Defoe's narrator, H.F. in The Journal of the Plague Year tells us that theirs was a world of corpses strewn in streets and pits. Yet he finds numerous moments of humour in his narration, like when in the death-cart a drunken piper wakes up to cry: “But I an’t dead tho’, am I?’ He had woken from his drunken stupor just in time before being thrown into a mass grave with other bodies. H.F. noticed that the plague upended things and made death more overtly embedded in life than we usually grant it to be. Don't we now know that? We too, with Covid-19, feel his anxiety, the trembling and dread as he takes us through the streets of death in London across the centuries. Fear and tremble he knows but the power of curiosity in him is greater than these. He can't help his writer's need to go observe.
I felt this dread the night I spent with police patrolling the streets of Delft and Blue Downs, where more than 200 cases of Covid-19 were discovered after testing supermarket workers. Or at Tygerberg Hospital Covid-19 Floor where, beyond the health workers (the saints of our era), a Catholic priest and I were the only people mad enough to linger around. The priest at least had the compulsions of his vocation. Where was my madness coming from? Only Defoe could understand. I felt him laughing at me across the centuries, beyond the grave.

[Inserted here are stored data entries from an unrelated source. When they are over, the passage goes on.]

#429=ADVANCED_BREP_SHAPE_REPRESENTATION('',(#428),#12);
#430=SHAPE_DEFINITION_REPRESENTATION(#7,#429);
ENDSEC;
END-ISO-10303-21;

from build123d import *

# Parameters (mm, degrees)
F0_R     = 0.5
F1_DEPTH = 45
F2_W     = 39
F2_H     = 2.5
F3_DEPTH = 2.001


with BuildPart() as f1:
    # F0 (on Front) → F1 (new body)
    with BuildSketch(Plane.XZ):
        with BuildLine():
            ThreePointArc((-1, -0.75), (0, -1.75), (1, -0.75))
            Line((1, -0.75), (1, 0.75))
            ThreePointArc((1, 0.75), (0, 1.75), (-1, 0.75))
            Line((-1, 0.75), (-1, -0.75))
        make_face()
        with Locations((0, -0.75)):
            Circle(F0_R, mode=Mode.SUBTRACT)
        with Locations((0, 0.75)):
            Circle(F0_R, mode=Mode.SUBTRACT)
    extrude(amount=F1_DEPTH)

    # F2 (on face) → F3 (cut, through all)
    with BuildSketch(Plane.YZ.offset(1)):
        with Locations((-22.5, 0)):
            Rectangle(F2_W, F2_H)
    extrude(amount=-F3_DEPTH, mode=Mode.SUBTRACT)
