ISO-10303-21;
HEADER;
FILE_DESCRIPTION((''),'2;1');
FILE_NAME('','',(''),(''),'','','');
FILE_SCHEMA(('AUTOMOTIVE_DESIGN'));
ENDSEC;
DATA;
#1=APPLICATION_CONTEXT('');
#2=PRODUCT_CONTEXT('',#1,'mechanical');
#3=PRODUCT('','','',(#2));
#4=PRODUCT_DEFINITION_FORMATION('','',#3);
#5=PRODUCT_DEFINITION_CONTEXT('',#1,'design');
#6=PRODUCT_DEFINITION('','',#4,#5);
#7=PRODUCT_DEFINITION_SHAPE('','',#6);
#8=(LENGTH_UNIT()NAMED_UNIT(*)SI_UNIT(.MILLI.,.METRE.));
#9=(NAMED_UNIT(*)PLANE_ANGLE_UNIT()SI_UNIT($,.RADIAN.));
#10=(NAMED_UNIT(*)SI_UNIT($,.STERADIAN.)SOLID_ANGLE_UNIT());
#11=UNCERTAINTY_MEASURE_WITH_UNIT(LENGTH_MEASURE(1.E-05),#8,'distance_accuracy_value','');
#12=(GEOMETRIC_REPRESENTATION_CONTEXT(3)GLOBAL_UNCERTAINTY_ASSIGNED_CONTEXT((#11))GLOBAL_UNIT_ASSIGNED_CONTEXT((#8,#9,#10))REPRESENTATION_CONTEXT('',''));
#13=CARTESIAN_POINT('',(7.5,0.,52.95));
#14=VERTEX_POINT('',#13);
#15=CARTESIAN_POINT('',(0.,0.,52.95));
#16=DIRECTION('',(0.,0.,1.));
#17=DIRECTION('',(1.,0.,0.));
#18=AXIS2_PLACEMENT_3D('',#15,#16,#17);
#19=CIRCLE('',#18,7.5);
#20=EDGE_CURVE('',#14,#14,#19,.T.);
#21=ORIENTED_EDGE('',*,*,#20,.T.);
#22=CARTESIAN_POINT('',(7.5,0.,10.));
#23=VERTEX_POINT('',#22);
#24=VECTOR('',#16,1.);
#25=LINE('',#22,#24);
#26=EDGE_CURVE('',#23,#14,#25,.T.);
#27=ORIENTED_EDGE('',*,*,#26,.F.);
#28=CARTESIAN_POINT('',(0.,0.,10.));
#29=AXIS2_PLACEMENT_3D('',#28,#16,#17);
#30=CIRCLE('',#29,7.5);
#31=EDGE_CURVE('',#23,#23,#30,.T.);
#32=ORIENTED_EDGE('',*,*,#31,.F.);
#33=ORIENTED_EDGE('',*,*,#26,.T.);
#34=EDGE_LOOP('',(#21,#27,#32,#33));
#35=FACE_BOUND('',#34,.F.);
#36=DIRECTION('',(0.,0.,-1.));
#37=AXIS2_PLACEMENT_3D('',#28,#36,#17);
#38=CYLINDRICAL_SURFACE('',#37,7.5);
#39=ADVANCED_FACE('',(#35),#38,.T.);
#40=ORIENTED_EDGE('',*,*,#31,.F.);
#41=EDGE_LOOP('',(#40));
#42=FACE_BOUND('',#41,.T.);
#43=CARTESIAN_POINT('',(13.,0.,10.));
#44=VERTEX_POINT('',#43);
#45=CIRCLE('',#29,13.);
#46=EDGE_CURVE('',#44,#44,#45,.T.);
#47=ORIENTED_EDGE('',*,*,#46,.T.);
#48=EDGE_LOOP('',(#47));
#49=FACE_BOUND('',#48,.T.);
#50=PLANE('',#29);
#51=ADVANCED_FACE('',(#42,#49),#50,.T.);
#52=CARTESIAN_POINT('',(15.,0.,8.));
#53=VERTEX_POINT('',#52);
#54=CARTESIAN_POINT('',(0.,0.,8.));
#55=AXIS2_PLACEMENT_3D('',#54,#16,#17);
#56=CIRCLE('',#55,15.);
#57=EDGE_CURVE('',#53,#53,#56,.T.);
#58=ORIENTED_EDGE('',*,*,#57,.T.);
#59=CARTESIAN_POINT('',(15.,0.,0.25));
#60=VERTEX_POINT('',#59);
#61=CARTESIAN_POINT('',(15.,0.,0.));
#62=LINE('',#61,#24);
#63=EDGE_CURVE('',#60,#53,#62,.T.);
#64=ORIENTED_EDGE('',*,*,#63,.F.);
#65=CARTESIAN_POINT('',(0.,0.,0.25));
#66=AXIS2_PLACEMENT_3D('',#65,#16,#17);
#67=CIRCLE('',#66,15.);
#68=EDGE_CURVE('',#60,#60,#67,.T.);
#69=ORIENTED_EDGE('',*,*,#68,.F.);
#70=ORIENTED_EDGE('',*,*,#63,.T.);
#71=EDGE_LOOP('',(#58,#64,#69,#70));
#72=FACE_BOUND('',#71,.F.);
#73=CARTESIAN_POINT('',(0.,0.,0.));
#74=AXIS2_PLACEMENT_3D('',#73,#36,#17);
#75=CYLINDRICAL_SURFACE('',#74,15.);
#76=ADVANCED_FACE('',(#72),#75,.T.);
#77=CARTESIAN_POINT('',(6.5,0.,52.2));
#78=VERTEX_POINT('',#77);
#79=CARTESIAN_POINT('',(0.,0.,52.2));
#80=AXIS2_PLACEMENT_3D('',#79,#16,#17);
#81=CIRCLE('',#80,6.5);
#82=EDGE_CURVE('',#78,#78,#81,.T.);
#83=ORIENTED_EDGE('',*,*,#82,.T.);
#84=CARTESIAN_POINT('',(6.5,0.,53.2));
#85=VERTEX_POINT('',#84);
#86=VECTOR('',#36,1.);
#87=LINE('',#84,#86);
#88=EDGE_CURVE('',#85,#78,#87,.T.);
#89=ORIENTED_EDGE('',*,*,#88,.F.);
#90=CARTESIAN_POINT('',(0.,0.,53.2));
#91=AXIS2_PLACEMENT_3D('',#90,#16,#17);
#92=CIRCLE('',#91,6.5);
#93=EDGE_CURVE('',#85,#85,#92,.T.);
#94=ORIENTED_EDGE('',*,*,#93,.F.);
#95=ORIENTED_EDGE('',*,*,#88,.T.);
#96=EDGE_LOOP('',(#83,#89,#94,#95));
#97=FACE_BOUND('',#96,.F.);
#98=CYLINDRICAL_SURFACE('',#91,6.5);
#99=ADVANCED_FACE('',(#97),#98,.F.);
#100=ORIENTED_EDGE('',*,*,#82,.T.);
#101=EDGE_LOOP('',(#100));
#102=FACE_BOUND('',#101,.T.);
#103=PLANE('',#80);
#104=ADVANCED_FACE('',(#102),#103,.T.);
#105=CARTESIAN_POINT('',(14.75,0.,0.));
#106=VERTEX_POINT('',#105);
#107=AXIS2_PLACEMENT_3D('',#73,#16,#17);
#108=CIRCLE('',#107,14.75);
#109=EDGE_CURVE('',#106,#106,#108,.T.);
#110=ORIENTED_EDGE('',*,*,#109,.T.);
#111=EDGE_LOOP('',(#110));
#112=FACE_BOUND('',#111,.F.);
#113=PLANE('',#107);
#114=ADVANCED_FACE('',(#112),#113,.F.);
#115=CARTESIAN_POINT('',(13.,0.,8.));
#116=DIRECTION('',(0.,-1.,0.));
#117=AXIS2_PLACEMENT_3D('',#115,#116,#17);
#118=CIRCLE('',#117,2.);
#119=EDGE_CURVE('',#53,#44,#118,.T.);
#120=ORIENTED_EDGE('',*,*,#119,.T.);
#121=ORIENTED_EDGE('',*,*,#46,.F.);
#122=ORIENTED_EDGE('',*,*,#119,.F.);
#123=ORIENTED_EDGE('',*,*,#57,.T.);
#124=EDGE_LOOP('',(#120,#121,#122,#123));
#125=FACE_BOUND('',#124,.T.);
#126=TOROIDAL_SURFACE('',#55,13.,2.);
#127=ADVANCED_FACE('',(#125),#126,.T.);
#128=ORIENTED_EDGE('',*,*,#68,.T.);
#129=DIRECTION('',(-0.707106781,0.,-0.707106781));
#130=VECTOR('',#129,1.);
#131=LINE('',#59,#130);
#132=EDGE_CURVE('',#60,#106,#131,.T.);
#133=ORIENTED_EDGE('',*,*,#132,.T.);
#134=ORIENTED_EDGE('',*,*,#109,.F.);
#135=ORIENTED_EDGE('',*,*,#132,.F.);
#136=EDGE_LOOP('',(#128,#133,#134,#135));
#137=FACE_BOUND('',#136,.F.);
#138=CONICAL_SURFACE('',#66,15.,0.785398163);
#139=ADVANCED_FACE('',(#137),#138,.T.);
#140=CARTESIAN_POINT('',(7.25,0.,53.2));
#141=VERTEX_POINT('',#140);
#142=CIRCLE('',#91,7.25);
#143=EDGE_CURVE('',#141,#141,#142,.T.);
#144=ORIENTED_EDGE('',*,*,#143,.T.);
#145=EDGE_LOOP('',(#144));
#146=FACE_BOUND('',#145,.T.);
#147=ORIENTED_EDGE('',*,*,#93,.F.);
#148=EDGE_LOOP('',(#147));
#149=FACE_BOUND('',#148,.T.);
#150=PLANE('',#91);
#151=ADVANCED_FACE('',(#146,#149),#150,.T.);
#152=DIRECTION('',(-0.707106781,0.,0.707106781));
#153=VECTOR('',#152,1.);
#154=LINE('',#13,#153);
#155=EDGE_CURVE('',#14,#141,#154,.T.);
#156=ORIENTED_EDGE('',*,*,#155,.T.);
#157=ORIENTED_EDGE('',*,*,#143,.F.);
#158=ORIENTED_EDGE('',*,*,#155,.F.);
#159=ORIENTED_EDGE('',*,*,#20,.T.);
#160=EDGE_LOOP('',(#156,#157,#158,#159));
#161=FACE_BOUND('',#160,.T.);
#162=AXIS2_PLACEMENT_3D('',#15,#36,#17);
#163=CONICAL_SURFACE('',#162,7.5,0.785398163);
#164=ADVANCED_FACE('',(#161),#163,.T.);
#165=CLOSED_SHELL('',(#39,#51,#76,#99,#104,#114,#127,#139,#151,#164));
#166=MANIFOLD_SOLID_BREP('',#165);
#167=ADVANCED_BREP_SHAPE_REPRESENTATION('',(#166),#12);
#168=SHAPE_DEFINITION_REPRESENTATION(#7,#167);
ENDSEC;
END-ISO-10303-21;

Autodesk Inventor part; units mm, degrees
ref_plane "YZ Plane" through (0, 0, 0) normal (1, 0, 0) x (0, 1, 0)
ref_plane "XZ Plane" through (0, 0, 0) normal (0, 1, 0) x (-1, 0, 0)
ref_plane "XY Plane" through (0, 0, 0) normal (0, 0, 1) x (1, 0, 0)
sketch "Sketch1" plane through (0, 0, 0) normal (0, 0, 1) x (1, 0, 0)
  circle A0 centre (0, 0) radius 15
  dimension "d0" = 30
extrude "Extrusion1" add sketch "Sketch1" along normal blind 10
sketch "Sketch2" plane through (0, 0, 10) normal (0, 0, 1) x (1, 0, 0)
  circle A0 centre (0, 0) radius 15 projected
  circle A1 centre (0, 0) radius 7.5
  dimension "d3" = 15
extrude "Extrusion2" add sketch "Sketch2" along normal blind 43.2 contours A1
sketch "Sketch3" plane through (0, 0, 53.2) normal (0, 0, 1) x (1, 0, 0)
  circle A0 centre (0, 0) radius 7.5 projected
  circle A1 centre (0, 0) radius 6.5
  dimension "d6" = 1
extrude "Extrusion3" cut sketch "Sketch3" against normal blind 1 contours A1
fillet "Fillet1" radius 2 1 edges at (-15, 0, 10)
chamfer "Chamfer1" distance 0.25 angle 45 1 edges at (-7.5, 0, 53.2)
chamfer "Chamfer2" distance 0.25 angle 45 1 edges at (-15, 0, 0)
properties part number "InfiniStix_066x"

Sometimes even fear becomes too fearful to be dreadful. The human spirit in writers' intuition now and then probes them to do what they must do even if they may perish sometimes. This is why, throughout history, writers have been dying on the trenches of human warfare to give us the pathos and bathos of being alive in the moments in time of their ages, before those moments disappears into history and eternity. After all there'll always be the next generation to take the baton. And some urges are stronger than self preservation.